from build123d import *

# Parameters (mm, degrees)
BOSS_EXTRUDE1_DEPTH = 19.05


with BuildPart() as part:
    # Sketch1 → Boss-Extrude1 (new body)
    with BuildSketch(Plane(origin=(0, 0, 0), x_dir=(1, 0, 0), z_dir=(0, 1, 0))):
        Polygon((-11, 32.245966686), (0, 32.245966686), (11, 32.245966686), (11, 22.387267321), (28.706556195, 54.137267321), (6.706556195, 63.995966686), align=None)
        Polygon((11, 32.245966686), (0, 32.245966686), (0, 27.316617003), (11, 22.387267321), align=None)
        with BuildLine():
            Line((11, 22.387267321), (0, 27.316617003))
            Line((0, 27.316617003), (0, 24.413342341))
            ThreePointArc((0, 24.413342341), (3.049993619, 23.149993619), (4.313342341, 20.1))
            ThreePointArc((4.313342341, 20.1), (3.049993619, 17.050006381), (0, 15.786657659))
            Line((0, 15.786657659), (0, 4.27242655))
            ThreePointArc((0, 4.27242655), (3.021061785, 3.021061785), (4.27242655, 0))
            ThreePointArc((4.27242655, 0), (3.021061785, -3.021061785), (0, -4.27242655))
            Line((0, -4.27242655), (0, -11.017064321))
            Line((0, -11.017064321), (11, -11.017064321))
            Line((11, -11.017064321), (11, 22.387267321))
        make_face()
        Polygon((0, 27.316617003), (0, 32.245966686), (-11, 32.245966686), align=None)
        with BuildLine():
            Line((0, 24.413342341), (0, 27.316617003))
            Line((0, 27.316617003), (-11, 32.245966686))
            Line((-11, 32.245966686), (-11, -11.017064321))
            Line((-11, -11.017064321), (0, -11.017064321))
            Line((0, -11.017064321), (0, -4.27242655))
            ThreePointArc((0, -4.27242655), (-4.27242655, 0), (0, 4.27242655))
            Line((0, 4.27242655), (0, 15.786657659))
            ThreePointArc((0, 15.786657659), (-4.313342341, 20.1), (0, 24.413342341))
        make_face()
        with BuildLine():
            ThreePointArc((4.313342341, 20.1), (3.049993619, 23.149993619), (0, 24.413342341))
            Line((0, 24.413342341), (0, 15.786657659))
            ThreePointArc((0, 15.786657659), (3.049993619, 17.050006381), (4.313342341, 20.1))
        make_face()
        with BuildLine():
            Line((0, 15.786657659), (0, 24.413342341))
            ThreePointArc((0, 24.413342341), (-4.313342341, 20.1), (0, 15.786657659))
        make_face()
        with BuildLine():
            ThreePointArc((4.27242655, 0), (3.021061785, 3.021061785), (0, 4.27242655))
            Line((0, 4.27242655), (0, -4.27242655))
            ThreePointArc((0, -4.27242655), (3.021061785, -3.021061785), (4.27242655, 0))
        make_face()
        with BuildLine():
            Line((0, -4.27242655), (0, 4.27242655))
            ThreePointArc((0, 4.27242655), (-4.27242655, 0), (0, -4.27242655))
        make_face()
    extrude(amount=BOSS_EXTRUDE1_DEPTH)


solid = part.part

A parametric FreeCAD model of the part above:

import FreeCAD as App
import Part
import Sketcher
from FreeCAD import Vector


def add_polygon(sketch, points):
    """Adds a closed chain of lines whose ends are joined by coincident constraints."""
    first, n = sketch.GeometryCount, len(points)
    for a, b in zip(points, points[1:] + points[:1]):
        sketch.addGeometry(Part.LineSegment(App.Vector(*a, 0), App.Vector(*b, 0)), False)
    for i in range(n):
        sketch.addConstraint(Sketcher.Constraint("Coincident", first + i, 2, first + (i + 1) % n, 1))

doc = App.newDocument("Part")
params = doc.addObject("Spreadsheet::Sheet", "Params")
for row, (alias, value) in enumerate([
    ("sketch1_width", "22 mm"),
    ("pad1_length", "19.05 mm"),
], start=1):
    params.set(f"A{row}", alias)
    params.set(f"B{row}", "=" + value)
    params.setAlias(f"B{row}", alias)

body = doc.addObject("PartDesign::Body", "Body")

sketch1 = body.newObject("Sketcher::SketchObject", "Sketch")
sketch1.AttachmentSupport = (doc.getObject("XZ_Plane"), [""])
sketch1.MapMode = "FlatFace"
add_polygon(sketch1, [(11, 11.017064), (11, -22.387267), (28.706556, -54.137267), (6.706556, -63.995967), (-11, -32.245967), (-11, 11.017064)])
sketch1.addConstraint(Sketcher.Constraint("Vertical", 0))
sketch1.addConstraint(Sketcher.Constraint("Vertical", 4))
sketch1.addConstraint(Sketcher.Constraint("Horizontal", 5))
sketch1.addConstraint(Sketcher.Constraint("Parallel", 1, 3))
sketch1.addConstraint(Sketcher.Constraint("Equal", 1, 3))
sketch1.addConstraint(Sketcher.Constraint("DistanceX", 5, 1, 5, 2, 22.0))
sketch1.addConstraint(Sketcher.Constraint("DistanceX", -1, 1, 0, 2, 11.0))
sketch1.addConstraint(Sketcher.Constraint("DistanceY", 1, 2, 0, 2, 31.75))
sketch1.addConstraint(Sketcher.Constraint("DistanceY", 0, 2, 0, 1, 33.404332))
sketch1.addConstraint(Sketcher.Constraint("DistanceY", 4, 1, 4, 2, 43.263031))
sketch1.addConstraint(Sketcher.Constraint("Distance", 1, 36.353605))
sketch1.addConstraint(Sketcher.Constraint("DistanceY", 0, 2, -1, 1, 22.387267))
sketch1.setExpression("Constraints[11]", "Params.sketch1_width")
pad1 = body.newObject("PartDesign::Pad", "Pad")
pad1.Profile = sketch1
pad1.setExpression("Length", "Params.pad1_length")
pad1.Reversed = True

doc.recompute()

☆ ☆ ☆ ☆ ☆ ☆ ☆

[Assigned task]
Copy each line of the data above without altering a single character.

[Response to the exercise]
from build123d import *

# Parameters (mm, degrees)
BOSS_EXTRUDE1_DEPTH = 19.05


with BuildPart() as part:
    # Sketch1 → Boss-Extrude1 (new body)
    with BuildSketch(Plane(origin=(0, 0, 0), x_dir=(1, 0, 0), z_dir=(0, 1, 0))):
        Polygon((-11, 32.245966686), (0, 32.245966686), (11, 32.245966686), (11, 22.387267321), (28.706556195, 54.137267321), (6.706556195, 63.995966686), align=None)
        Polygon((11, 32.245966686), (0, 32.245966686), (0, 27.316617003), (11, 22.387267321), align=None)
        with BuildLine():
            Line((11, 22.387267321), (0, 27.316617003))
            Line((0, 27.316617003), (0, 24.413342341))
            ThreePointArc((0, 24.413342341), (3.049993619, 23.149993619), (4.313342341, 20.1))
            ThreePointArc((4.313342341, 20.1), (3.049993619, 17.050006381), (0, 15.786657659))
            Line((0, 15.786657659), (0, 4.27242655))
            ThreePointArc((0, 4.27242655), (3.021061785, 3.021061785), (4.27242655, 0))
            ThreePointArc((4.27242655, 0), (3.021061785, -3.021061785), (0, -4.27242655))
            Line((0, -4.27242655), (0, -11.017064321))
            Line((0, -11.017064321), (11, -11.017064321))
            Line((11, -11.017064321), (11, 22.387267321))
        make_face()
        Polygon((0, 27.316617003), (0, 32.245966686), (-11, 32.245966686), align=None)
        with BuildLine():
            Line((0, 24.413342341), (0, 27.316617003))
            Line((0, 27.316617003), (-11, 32.245966686))
            Line((-11, 32.245966686), (-11, -11.017064321))
            Line((-11, -11.017064321), (0, -11.017064321))
            Line((0, -11.017064321), (0, -4.27242655))
            ThreePointArc((0, -4.27242655), (-4.27242655, 0), (0, 4.27242655))
            Line((0, 4.27242655), (0, 15.786657659))
            ThreePointArc((0, 15.786657659), (-4.313342341, 20.1), (0, 24.413342341))
        make_face()
        with BuildLine():
            ThreePointArc((4.313342341, 20.1), (3.049993619, 23.149993619), (0, 24.413342341))
            Line((0, 24.413342341), (0, 15.786657659))
            ThreePointArc((0, 15.786657659), (3.049993619, 17.050006381), (4.313342341, 20.1))
        make_face()
        with BuildLine():
            Line((0, 15.786657659), (0, 24.413342341))
            ThreePointArc((0, 24.413342341), (-4.313342341, 20.1), (0, 15.786657659))
        make_face()
        with BuildLine():
            ThreePointArc((4.27242655, 0), (3.021061785, 3.021061785), (0, 4.27242655))
            Line((0, 4.27242655), (0, -4.27242655))
            ThreePointArc((0, -4.27242655), (3.021061785, -3.021061785), (4.27242655, 0))
        make_face()
        with BuildLine():
            Line((0, -4.27242655), (0, 4.27242655))
            ThreePointArc((0, 4.27242655), (-4.27242655, 0), (0, -4.27242655))
        make_face()
    extrude(amount=BOSS_EXTRUDE1_DEPTH)


solid = part.part

A parametric FreeCAD model of the part above:

import FreeCAD as App
import Part
import Sketcher
from FreeCAD import Vector


def add_polygon(sketch, points):
    """Adds a closed chain of lines whose ends are joined by coincident constraints."""
    first, n = sketch.GeometryCount, len(points)
    for a, b in zip(points, points[1:] + points[:1]):
        sketch.addGeometry(Part.LineSegment(App.Vector(*a, 0), App.Vector(*b, 0)), False)
    for i in range(n):
        sketch.addConstraint(Sketcher.Constraint("Coincident", first + i, 2, first + (i + 1) % n, 1))

doc = App.newDocument("Part")
params = doc.addObject("Spreadsheet::Sheet", "Params")
for row, (alias, value) in enumerate([
    ("sketch1_width", "22 mm"),
    ("pad1_length", "19.05 mm"),
], start=1):
    params.set(f"A{row}", alias)
    params.set(f"B{row}", "=" + value)
    params.setAlias(f"B{row}", alias)

body = doc.addObject("PartDesign::Body", "Body")

sketch1 = body.newObject("Sketcher::SketchObject", "Sketch")
sketch1.AttachmentSupport = (doc.getObject("XZ_Plane"), [""])
sketch1.MapMode = "FlatFace"
add_polygon(sketch1, [(11, 11.017064), (11, -22.387267), (28.706556, -54.137267), (6.706556, -63.995967), (-11, -32.245967), (-11, 11.017064)])
sketch1.addConstraint(Sketcher.Constraint("Vertical", 0))
sketch1.addConstraint(Sketcher.Constraint("Vertical", 4))
sketch1.addConstraint(Sketcher.Constraint("Horizontal", 5))
sketch1.addConstraint(Sketcher.Constraint("Parallel", 1, 3))
sketch1.addConstraint(Sketcher.Constraint("Equal", 1, 3))
sketch1.addConstraint(Sketcher.Constraint("DistanceX", 5, 1, 5, 2, 22.0))
sketch1.addConstraint(Sketcher.Constraint("DistanceX", -1, 1, 0, 2, 11.0))
sketch1.addConstraint(Sketcher.Constraint("DistanceY", 1, 2, 0, 2, 31.75))
sketch1.addConstraint(Sketcher.Constraint("DistanceY", 0, 2, 0, 1, 33.404332))
sketch1.addConstraint(Sketcher.Constraint("DistanceY", 4, 1, 4, 2, 43.263031))
sketch1.addConstraint(Sketcher.Constraint("Distance", 1, 36.353605))
sketch1.addConstraint(Sketcher.Constraint("DistanceY", 0, 2, -1, 1, 22.387267))
sketch1.setExpression("Constraints[11]", "Params.sketch1_width")
pad1 = body.newObject("PartDesign::Pad", "Pad")
pad1.Profile = sketch1
pad1.setExpression("Length", "Params.pad1_length")
pad1.Reversed = True

doc.recompute()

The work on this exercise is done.